The device of claim 1, wherein the processor is configured to: determine a visual context of the input audio signal based on image data, the image data representing a visual scene associated with an audio source of the input audio signal; and use a reverberation model to generate a synthesized reverberation signal corresponding to the visual context, wherein the second audio signal includes the synthesized reverberation signal.

The apparatus of claim 21, wherein the visual context is based on surfaces and/or room geometry of an acoustic environment.

The apparatus of claim 21, wherein the image data is based on at least one of a camera output, a graphic visual stream, decoded image data, or stored image data.

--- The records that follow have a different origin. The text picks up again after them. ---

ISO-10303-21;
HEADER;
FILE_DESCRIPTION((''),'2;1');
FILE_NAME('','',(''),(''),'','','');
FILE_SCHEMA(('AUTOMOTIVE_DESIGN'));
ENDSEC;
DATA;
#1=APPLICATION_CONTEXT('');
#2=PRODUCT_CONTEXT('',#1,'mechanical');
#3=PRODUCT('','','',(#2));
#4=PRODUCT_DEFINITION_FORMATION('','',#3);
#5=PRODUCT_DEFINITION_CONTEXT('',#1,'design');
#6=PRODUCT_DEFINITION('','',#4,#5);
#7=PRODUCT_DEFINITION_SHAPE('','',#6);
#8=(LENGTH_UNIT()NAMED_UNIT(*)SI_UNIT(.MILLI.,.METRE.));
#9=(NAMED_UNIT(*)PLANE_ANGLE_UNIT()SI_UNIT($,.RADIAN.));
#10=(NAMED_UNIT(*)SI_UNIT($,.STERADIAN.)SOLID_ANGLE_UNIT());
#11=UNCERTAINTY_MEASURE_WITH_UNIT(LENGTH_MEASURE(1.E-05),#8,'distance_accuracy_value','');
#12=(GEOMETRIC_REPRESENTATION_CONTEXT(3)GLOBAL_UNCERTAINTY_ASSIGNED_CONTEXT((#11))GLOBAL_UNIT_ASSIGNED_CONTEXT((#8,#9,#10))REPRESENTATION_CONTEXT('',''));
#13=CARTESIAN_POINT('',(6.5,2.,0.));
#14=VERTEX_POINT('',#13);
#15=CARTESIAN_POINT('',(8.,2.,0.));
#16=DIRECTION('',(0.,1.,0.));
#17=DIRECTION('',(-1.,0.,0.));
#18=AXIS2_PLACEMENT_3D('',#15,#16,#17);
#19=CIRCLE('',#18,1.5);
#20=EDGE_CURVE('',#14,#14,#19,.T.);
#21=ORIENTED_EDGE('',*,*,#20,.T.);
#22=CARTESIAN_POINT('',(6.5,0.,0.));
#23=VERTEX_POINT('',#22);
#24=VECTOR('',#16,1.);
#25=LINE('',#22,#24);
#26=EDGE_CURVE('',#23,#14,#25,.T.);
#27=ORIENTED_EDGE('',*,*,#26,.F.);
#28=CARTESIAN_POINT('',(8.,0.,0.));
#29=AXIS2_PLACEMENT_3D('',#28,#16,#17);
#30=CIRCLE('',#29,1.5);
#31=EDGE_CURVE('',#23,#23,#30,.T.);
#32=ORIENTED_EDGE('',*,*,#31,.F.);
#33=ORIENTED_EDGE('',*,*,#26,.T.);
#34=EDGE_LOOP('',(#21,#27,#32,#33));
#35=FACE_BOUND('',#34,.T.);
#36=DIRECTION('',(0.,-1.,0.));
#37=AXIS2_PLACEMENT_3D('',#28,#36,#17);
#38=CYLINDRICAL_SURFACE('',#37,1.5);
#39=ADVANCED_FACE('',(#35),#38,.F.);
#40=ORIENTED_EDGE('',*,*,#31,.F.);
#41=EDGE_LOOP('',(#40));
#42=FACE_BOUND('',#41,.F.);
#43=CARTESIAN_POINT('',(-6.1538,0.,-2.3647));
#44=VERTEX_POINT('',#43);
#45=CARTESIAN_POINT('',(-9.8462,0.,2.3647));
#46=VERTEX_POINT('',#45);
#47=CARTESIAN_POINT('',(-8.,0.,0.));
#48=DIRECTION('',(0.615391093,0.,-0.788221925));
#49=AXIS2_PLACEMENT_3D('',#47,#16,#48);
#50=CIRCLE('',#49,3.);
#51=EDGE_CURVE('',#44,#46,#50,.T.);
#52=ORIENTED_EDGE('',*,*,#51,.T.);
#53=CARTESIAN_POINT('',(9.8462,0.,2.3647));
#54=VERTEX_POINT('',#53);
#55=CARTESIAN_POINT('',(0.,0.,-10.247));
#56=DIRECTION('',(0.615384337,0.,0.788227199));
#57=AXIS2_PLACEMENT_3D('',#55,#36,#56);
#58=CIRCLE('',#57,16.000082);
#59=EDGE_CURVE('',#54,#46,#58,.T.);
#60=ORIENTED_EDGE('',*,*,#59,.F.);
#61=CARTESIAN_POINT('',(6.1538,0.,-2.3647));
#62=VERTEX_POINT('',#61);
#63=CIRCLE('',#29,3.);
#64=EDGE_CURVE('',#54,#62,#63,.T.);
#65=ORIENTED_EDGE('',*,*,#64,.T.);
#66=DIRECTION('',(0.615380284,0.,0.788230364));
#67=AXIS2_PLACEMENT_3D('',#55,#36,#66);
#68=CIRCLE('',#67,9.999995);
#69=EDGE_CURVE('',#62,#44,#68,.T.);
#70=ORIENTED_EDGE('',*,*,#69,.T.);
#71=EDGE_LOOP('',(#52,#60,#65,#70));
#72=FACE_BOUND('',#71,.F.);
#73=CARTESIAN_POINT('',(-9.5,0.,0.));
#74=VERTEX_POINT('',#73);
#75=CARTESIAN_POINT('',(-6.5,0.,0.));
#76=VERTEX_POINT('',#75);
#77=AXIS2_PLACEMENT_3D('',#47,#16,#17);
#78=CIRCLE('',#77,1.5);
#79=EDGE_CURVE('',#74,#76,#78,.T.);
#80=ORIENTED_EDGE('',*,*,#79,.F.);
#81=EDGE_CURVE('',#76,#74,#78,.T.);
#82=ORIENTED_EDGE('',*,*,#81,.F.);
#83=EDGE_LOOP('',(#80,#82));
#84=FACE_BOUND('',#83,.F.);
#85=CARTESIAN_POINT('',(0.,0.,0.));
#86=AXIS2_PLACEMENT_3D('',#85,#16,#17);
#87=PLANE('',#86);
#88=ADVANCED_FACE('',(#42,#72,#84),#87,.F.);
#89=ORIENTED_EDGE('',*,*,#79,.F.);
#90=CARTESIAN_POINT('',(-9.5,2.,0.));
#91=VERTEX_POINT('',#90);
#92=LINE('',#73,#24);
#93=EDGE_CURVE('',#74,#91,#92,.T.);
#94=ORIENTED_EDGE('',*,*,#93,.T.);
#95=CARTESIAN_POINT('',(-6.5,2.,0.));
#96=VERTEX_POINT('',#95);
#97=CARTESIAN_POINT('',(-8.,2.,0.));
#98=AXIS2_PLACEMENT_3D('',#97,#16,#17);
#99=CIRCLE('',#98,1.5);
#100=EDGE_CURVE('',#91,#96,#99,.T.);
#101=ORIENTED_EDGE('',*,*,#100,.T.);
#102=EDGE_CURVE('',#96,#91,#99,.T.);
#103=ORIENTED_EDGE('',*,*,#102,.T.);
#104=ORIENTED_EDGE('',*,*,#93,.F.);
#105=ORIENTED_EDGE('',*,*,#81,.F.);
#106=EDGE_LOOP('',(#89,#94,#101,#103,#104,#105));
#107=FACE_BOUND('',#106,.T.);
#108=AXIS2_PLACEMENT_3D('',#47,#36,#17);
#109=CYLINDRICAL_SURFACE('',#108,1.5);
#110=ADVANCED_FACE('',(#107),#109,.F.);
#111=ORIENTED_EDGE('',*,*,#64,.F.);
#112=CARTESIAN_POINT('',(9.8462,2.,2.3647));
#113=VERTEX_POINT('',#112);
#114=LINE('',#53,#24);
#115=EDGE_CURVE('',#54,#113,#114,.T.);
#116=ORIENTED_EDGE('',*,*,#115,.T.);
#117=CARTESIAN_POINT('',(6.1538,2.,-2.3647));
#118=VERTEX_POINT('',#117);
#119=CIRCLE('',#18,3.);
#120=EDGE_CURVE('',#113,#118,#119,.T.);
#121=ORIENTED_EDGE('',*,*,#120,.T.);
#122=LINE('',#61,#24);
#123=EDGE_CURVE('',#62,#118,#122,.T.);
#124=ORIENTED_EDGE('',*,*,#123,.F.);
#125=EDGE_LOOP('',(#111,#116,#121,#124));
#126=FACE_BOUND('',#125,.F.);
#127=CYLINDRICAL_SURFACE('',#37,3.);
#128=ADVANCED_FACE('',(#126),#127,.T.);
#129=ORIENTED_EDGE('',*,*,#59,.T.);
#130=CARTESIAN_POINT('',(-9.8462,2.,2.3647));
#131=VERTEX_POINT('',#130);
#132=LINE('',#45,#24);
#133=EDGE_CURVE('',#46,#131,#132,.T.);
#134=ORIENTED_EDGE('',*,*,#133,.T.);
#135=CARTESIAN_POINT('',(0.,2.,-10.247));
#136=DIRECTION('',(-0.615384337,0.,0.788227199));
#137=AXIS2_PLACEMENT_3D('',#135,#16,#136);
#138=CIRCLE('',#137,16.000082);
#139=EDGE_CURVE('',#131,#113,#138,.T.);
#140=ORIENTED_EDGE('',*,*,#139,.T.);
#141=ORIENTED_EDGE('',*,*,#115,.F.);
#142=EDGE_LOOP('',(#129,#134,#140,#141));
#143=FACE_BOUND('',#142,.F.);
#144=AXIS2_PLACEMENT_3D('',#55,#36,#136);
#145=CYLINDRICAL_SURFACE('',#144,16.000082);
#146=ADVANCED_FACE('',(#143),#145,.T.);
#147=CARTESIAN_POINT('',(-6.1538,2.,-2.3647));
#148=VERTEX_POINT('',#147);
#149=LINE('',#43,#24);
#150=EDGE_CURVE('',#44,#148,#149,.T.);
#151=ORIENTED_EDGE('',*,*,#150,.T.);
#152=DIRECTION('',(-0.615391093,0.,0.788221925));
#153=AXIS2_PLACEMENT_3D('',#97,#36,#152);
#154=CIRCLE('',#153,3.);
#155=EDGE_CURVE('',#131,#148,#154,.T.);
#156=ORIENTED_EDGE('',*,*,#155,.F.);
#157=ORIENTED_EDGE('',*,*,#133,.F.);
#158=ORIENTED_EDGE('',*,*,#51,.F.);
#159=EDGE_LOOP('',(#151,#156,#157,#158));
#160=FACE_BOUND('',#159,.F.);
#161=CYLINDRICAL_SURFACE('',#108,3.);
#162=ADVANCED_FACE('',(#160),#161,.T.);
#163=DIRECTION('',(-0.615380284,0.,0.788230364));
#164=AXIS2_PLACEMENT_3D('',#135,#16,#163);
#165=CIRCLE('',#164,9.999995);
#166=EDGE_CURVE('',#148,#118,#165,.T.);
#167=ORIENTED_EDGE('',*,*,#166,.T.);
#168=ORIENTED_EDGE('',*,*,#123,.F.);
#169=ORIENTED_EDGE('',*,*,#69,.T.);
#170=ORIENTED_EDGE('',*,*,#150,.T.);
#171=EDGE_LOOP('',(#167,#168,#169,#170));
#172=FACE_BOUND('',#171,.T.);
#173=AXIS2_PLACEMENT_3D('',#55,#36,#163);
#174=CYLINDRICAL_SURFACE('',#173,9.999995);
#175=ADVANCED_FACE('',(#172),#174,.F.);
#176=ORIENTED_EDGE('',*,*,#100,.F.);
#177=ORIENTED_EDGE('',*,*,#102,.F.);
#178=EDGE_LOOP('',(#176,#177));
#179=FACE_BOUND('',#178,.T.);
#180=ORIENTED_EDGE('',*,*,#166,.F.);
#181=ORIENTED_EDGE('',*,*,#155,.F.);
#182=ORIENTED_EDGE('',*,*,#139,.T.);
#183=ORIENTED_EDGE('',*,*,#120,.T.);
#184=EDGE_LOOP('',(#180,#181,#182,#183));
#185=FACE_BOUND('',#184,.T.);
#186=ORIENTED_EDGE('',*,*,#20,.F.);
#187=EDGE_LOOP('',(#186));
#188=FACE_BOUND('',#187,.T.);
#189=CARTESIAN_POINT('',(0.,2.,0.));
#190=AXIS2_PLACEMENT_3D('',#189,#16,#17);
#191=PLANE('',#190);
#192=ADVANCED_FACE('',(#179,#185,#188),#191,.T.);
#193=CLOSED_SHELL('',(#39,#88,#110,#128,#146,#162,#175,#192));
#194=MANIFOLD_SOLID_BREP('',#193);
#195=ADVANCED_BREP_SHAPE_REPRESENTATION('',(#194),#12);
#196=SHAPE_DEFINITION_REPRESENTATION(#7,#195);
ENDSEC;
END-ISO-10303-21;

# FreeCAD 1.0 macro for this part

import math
import FreeCAD as App
import Part
import Sketcher
from FreeCAD import Vector
Q = App.Units.Quantity

doc = App.newDocument("Part")
body = doc.addObject("PartDesign::Body", "Body")

sketch1 = body.newObject("Sketcher::SketchObject", "Sketch")
sketch1.AttachmentSupport = (doc.getObject("XZ_Plane"), [""])
sketch1.MapMode = "FlatFace"
sketch1.addGeometry([
    Part.ArcOfCircle(Part.Circle(Vector(-8, 0, 0), Vector(0, 0, 1), 3), math.radians(128), math.radians(308)),
    Part.ArcOfCircle(Part.Circle(Vector(0, -10.2, 0), Vector(0, 0, 1), 16), math.radians(52), math.radians(128)),
    Part.ArcOfCircle(Part.Circle(Vector(8, 0, 0), Vector(0, 0, 1), 3), math.radians(-128), math.radians(52)),
    Part.ArcOfCircle(Part.Circle(Vector(0, -10.2, 0), Vector(0, 0, 1), 10), math.radians(52), math.radians(128)),
    Part.Circle(Vector(-8, 0, 0), Vector(0, 0, 1), 1.5),
    Part.Circle(Vector(8, 0, 0), Vector(0, 0, 1), 1.5),
], False)
sketch1.addConstraint([
    Sketcher.Constraint("Tangent", 0, 1, 1, 2),
    Sketcher.Constraint("Tangent", 1, 1, 2, 2),
    Sketcher.Constraint("Tangent", 2, 1, 3, 1),
    Sketcher.Constraint("Tangent", 3, 2, 0, 2),
    Sketcher.Constraint("Coincident", 3, 3, 1, 3),
    Sketcher.Constraint("Coincident", 4, 3, 0, 3),
    Sketcher.Constraint("Coincident", 5, 3, 2, 3),
    Sketcher.Constraint("Equal", 4, 5),
    Sketcher.Constraint("Symmetric", 0, 3, 2, 3, -1, 1),
    Sketcher.Constraint("PointOnObject", 0, 3, -1),
    Sketcher.Constraint("Diameter", 4, Q("3 mm")),
    Sketcher.Constraint("Radius", 0, Q("3 mm")),
    Sketcher.Constraint("Radius", 1, Q("16 mm")),
    Sketcher.Constraint("DistanceX", 0, 3, 2, 3, Q("16 mm")),
])
pad1 = body.newObject("PartDesign::Pad", "Pad")
pad1.Profile = sketch1
pad1.Length = 2
pad1.Reversed = True

doc.recompute()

A device according to claim 21, wherein the processor is configured to determine the visual context based at least in part on performing facial detection on the image data.

A method comprises the following steps: Performing signal enhancement of an input audio signal at a device to generate an enhanced mono audio signal; and Mixing a first audio signal and a second audio signal at the device to generate a stereo audio signal, the first audio signal being based on the enhanced mono audio signal.

The method according to claim 25 also includes: Determining a location context based on the location data; and Using a reverberation model to generate a synthesized reverberation signal corresponding to the location context, wherein the second audio signal includes the synthesized reverberation signal.

A non-transitory computer-readable medium storing instructions that, when executed by one or more processors, cause the one or more processors to: perform signal enhancement of an input audio signal to produce an enhanced mono audio signal; and mix a first audio signal and a second audio signal to produce a stereo audio signal, the first audio signal being based on the enhanced mono audio signal.

A non-transitory computer-readable medium according to claim 27, wherein the signal enhancement is based at least in part on a configuration setting and/or a user input.

A device comprising: means for performing signal enhancement of an input audio signal to produce an enhanced mono audio signal; and means for mixing a first audio signal and a second audio signal to produce a stereo audio signal, the first audio signal being based on the enhanced mono audio signal.

The device of claim 29, wherein the means for performing the signal enhancement and the means for mixing the first audio signal and the second audio signal are integrated into at least one of the following: a smart speaker, a bar speaker, a computer, a tablet device, a display device, a television, a game console, a music player, a radio unit, a digital video player, a camera, A navigation device, a vehicle, a headset, an augmented reality headset, a mixed reality headset, a virtual reality headset, an aircraft, a home automation system, a voice-activated device, a wireless speaker and a voice-activated device, a portable electronic device, a communication device, an Internet of Things (IoT) device, a virtual reality (VR) device, a base station, or a mobile device.